# Can Jesse Broadwater continue his reign at OutDOOR Field Nationals.



## Daniel Boone (May 31, 2002)

How many has he won in a row now?

So impressive to have a run like he has had with all the good archers today.

Will we see a perfect score one day?

DB


----------



## Unclegus (May 27, 2003)

He has it in his head that he owns this shoot. 6 maybe??? It's been so long I will have to sit down and think hard who won before him...I remember Cuz winning at the Glen...then there's a big blank in my head. I'd about bet on a 560 on either the white, black, or yellow ranges. These three ranges are so flat, I wouldn't be a bit surprised to see more than just Jesse to shoot a 560 if mother nature cooperates and so far the extended forecast looks really good... Anyone know what happened to Jesse at Hamilton, Ohio at the USAA Target Champ. at 90M in the qualifying round???? That was definitely strange.


----------



## x-hunta (Mar 10, 2010)

Unclegus said:


> He has it in his head that he owns this shoot. 6 maybe??? It's been so long I will have to sit down and think hard who won before him...I remember Cuz winning at the Glen...then there's a big blank in my head. I'd about bet on a 560 on either the white, black, or yellow ranges. These three ranges are so flat, I wouldn't be a bit surprised to see more than just Jesse to shoot a 560 if mother nature cooperates and so far the extended forecast looks really good... Anyone know what happened to Jesse at Hamilton, Ohio at the USAA Target Champ. at 90M in the qualifying round???? That was definitely strange.

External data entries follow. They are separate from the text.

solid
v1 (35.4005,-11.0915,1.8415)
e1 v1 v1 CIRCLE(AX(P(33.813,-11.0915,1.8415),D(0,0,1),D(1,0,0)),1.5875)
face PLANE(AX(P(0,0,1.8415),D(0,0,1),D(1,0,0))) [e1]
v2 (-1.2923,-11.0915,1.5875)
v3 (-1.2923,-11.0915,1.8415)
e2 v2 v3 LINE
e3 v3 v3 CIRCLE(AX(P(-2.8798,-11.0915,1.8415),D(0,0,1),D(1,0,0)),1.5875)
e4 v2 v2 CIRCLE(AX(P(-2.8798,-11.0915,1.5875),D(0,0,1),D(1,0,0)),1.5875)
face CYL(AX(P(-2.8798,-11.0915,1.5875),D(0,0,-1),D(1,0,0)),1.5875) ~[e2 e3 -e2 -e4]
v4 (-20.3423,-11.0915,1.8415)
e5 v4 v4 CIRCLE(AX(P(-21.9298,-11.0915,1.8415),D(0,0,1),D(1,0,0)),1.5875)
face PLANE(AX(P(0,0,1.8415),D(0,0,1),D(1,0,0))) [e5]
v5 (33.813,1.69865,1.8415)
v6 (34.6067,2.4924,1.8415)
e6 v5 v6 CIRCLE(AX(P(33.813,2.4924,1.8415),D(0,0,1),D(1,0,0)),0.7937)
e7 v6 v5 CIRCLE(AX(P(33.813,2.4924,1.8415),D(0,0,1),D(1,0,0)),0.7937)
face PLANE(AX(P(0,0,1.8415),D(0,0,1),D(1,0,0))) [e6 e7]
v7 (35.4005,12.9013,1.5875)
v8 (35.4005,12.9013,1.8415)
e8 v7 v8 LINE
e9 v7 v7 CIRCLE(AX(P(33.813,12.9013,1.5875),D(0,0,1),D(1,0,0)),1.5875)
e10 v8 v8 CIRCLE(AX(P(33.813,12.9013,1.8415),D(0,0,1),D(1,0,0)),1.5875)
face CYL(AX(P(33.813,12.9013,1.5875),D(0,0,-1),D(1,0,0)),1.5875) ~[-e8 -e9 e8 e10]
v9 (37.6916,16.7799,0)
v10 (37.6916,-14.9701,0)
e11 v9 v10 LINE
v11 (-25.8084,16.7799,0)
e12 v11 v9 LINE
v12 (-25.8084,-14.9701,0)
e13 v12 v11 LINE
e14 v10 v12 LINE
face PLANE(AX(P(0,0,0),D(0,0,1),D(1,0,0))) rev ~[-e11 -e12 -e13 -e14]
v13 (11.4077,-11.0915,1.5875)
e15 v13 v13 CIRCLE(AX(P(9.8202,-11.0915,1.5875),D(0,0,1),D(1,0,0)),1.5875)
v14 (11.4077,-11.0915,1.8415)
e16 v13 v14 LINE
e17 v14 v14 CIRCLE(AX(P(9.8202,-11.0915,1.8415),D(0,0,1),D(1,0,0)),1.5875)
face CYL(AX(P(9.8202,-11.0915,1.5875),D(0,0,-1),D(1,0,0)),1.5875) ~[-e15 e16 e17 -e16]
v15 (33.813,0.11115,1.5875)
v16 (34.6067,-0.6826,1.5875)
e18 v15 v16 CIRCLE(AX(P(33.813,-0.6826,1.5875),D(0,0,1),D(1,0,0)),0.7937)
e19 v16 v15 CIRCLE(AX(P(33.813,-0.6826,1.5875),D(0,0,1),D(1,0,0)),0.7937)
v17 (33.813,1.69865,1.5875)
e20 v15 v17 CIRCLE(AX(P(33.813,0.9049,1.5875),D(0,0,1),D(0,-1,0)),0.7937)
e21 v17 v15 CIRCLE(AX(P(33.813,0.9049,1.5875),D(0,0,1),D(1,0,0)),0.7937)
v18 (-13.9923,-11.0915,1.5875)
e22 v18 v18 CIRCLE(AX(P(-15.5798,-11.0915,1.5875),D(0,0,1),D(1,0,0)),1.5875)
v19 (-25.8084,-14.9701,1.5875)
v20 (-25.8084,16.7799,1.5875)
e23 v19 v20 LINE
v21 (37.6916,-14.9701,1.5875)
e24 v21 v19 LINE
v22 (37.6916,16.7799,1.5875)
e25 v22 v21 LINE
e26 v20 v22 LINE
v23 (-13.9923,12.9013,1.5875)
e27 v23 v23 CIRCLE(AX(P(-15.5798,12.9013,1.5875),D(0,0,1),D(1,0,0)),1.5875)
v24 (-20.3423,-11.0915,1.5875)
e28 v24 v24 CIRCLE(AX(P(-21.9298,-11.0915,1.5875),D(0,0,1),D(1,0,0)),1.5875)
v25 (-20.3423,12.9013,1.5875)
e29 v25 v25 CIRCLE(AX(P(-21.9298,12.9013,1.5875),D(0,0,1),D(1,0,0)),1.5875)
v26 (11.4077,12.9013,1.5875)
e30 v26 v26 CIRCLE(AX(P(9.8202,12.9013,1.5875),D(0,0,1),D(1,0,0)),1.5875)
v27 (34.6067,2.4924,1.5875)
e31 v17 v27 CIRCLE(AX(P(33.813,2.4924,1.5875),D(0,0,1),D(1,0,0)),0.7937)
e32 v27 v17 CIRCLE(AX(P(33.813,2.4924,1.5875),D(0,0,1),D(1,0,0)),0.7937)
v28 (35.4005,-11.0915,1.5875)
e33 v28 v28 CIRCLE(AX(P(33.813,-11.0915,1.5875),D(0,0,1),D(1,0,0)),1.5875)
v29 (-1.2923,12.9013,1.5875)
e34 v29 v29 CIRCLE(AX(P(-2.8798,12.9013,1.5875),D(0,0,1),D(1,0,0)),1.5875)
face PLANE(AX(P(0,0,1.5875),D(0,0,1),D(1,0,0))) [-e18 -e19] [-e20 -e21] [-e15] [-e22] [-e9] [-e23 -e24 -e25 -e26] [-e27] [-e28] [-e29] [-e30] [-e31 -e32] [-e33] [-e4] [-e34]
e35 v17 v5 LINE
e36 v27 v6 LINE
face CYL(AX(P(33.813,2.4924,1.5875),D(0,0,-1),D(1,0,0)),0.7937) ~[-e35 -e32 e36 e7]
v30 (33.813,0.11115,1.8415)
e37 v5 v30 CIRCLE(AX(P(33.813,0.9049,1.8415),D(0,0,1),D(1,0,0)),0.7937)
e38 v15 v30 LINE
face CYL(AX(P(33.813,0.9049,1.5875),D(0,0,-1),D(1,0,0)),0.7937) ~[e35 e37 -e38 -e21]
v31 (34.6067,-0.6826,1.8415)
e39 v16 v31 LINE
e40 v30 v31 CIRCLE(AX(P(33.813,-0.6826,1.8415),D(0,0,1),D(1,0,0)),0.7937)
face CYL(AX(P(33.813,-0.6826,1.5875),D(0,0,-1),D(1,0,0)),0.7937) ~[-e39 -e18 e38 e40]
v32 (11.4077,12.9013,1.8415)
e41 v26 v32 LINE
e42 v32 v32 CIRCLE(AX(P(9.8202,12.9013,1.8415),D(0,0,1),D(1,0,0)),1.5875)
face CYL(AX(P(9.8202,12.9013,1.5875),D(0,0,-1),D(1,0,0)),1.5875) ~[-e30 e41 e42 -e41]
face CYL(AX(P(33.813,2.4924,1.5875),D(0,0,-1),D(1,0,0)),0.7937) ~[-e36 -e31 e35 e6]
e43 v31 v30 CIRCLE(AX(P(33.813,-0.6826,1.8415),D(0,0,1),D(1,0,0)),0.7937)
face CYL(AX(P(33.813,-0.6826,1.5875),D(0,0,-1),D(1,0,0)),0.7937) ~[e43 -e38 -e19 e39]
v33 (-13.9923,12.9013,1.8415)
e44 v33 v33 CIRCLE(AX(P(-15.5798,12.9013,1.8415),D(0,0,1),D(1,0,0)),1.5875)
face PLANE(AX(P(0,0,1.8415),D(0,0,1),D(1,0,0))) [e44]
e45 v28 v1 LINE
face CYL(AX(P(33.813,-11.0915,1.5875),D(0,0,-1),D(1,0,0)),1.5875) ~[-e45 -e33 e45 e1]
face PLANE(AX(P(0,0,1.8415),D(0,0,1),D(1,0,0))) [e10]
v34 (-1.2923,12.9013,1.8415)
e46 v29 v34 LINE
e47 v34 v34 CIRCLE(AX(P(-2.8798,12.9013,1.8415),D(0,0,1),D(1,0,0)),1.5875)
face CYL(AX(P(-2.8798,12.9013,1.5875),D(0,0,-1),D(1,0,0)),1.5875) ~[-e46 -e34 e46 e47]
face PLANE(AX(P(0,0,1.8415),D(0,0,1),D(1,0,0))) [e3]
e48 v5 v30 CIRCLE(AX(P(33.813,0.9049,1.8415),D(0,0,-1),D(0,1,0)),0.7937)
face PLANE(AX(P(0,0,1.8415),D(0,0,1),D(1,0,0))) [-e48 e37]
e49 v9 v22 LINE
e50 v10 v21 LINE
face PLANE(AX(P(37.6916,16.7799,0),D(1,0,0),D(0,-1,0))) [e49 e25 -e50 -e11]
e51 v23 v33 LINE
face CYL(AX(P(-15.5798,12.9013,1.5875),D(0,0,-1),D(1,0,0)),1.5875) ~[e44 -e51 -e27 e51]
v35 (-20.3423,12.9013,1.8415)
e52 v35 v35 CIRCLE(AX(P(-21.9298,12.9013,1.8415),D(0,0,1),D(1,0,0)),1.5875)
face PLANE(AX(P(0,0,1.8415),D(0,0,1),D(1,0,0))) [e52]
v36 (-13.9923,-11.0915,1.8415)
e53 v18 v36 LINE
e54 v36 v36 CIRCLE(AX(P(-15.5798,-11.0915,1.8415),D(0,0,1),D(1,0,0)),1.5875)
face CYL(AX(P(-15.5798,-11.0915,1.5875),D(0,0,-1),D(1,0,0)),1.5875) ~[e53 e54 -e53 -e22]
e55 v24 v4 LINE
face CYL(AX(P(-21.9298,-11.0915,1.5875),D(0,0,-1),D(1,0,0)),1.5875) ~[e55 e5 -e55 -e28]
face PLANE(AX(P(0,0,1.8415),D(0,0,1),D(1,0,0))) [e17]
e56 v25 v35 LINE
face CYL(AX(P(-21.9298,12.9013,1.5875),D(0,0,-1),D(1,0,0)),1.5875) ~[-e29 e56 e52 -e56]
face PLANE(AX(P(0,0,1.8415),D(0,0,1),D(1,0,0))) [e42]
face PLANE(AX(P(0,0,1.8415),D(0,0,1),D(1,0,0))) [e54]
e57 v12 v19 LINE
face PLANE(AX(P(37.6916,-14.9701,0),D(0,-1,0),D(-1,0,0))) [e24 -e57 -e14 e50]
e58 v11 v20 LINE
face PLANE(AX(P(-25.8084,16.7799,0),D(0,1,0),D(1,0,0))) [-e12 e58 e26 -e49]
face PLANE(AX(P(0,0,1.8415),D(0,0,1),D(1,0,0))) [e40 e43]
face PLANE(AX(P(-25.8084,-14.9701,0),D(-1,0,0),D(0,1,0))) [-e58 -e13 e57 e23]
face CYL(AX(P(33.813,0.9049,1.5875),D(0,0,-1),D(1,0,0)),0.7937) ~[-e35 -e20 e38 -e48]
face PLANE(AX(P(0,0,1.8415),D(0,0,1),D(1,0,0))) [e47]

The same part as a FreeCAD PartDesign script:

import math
import FreeCAD as App
import Part
import Sketcher
Q = App.Units.Quantity


def add_polygon(sketch, points):
    """Adds a closed chain of lines whose ends are joined by coincident constraints."""
    first, n = sketch.GeometryCount, len(points)
    for a, b in zip(points, points[1:] + points[:1]):
        sketch.addGeometry(Part.LineSegment(App.Vector(*a, 0), App.Vector(*b, 0)), False)
    for i in range(n):
        sketch.addConstraint(Sketcher.Constraint("Coincident", first + i, 2, first + (i + 1) % n, 1))

doc = App.newDocument("Part")
body = doc.addObject("PartDesign::Body", "Body")

# Sketch on XY plane
sketch1 = body.newObject("Sketcher::SketchObject", "Sketch")
sketch1.AttachmentSupport = (doc.getObject("XY_Plane"), [""])
sketch1.MapMode = "FlatFace"
add_polygon(sketch1, [(38, 17), (-26, 17), (-26, -15), (38, -15)])  # lines 0-3
sketch1.addConstraint([
    Sketcher.Constraint("Horizontal", 0),
    Sketcher.Constraint("Vertical", 1),
    Sketcher.Constraint("Horizontal", 2),
    Sketcher.Constraint("Vertical", 3),
    Sketcher.Constraint("DistanceX", 0, 2, 0, 1, Q("2.5 in")),
    Sketcher.Constraint("DistanceY", 1, 2, 1, 1, Q("1.25 in")),
    Sketcher.Constraint("DistanceX", 0, 2, -1, 1, Q("25.8084 mm")),
    Sketcher.Constraint("DistanceY", -1, 1, 0, 2, Q("16.78 mm")),
])
pad1 = body.newObject("PartDesign::Pad", "Pad")
pad1.Profile = sketch1
pad1.Length = Q("0.0625 in")

# Sketch on XY plane
sketch2 = body.newObject("Sketcher::SketchObject", "Sketch001")
sketch2.AttachmentSupport = (doc.getObject("XY_Plane"), [""])
sketch2.MapMode = "FlatFace"
sketch2.AttachmentOffset = App.Placement(App.Vector(0, 0, 0.0625 * 25.4), App.Rotation())
sketch2.addGeometry([
    Part.Circle(App.Vector(33.8, 12.9, 0), App.Vector(0, 0, 1), 1.6),  # 0
    Part.Circle(App.Vector(33.8, -11.1, 0), App.Vector(0, 0, 1), 1.6),  # 1
    Part.Circle(App.Vector(33.8, 2.5, 0), App.Vector(0, 0, 1), 0.8),  # 2
    Part.Circle(App.Vector(33.8, -0.7, 0), App.Vector(0, 0, 1), 0.8),  # 3
    Part.ArcOfCircle(Part.Circle(App.Vector(33.8, 0.9, 0), App.Vector(0, 0, 1), 0.8), math.radians(-90), math.radians(90)),  # 4
    Part.ArcOfCircle(Part.Circle(App.Vector(33.8, 0.9, 0), App.Vector(0, 0, 1), 0.8), math.radians(90), math.radians(270)),  # 5
    Part.Circle(App.Vector(-21.9, 12.9, 0), App.Vector(0, 0, 1), 1.6),  # 6
    Part.Circle(App.Vector(-21.9, -11.1, 0), App.Vector(0, 0, 1), 1.6),  # 7
    Part.Circle(App.Vector(-15.6, 12.9, 0), App.Vector(0, 0, 1), 1.6),  # 8
    Part.Circle(App.Vector(-15.6, -11.1, 0), App.Vector(0, 0, 1), 1.6),  # 9
    Part.Circle(App.Vector(-2.9, 12.9, 0), App.Vector(0, 0, 1), 1.6),  # 10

310 from Jesse is strange indeed, I expected it was another typical Ianseo.net error but apparently not. Everyone has bad days I guess.
I think if anyone can take it away from Jesse it would be the Cuz. Not knocking anyone but those 2 are a class above. Then again Wilkey fired only like the 6th perfect hunter round ever last year.


----------



## Unclegus (May 27, 2003)

Reo shot one at Mechanicsburg in 09, but it wasn't even a blip on the radar after Jesse pretty much ran the table.


----------



## IGluIt4U (Sep 22, 2004)

Jesse is a natural and yes, he can continue his domination as long as he desires to shoot a bow! :thumb:


----------



## edgerat (Dec 14, 2011)

Nationals shot in a parking lot, boo.


----------



## Daniel Boone (May 31, 2002)

edgerat said:


> Nationals shot in a parking lot, boo.


So easy you should go show them how easy it done. Everyone shoots the same targets! This really gets old.
DB


----------



## Unclegus (May 27, 2003)

daniel boone said:


> so easy you should go show them how easy it done. Everyone shoots the same targets! This really gets old.
> Db


 x 2


----------



## mag41vance (Mar 13, 2008)

There are no "easy ranges" In archery, "Easy" is a mental process. What you think of it has everything to do with how you will perform. Sometimes the seemingly easy ranges make good shooters fall apart because the pressure is to not fail rather than execute a perfect shot, whereas difficult shots or Ranges can bring out the best in a shooter.
At the Pro Level, the one who is able to focus on every shot being executed without a hitch will usually win. Jesse Broadwater does that very well. 
At the wanna-be level our trick to doing well is, well, the same dang thing! Doing well at the wanna-be level is perspective!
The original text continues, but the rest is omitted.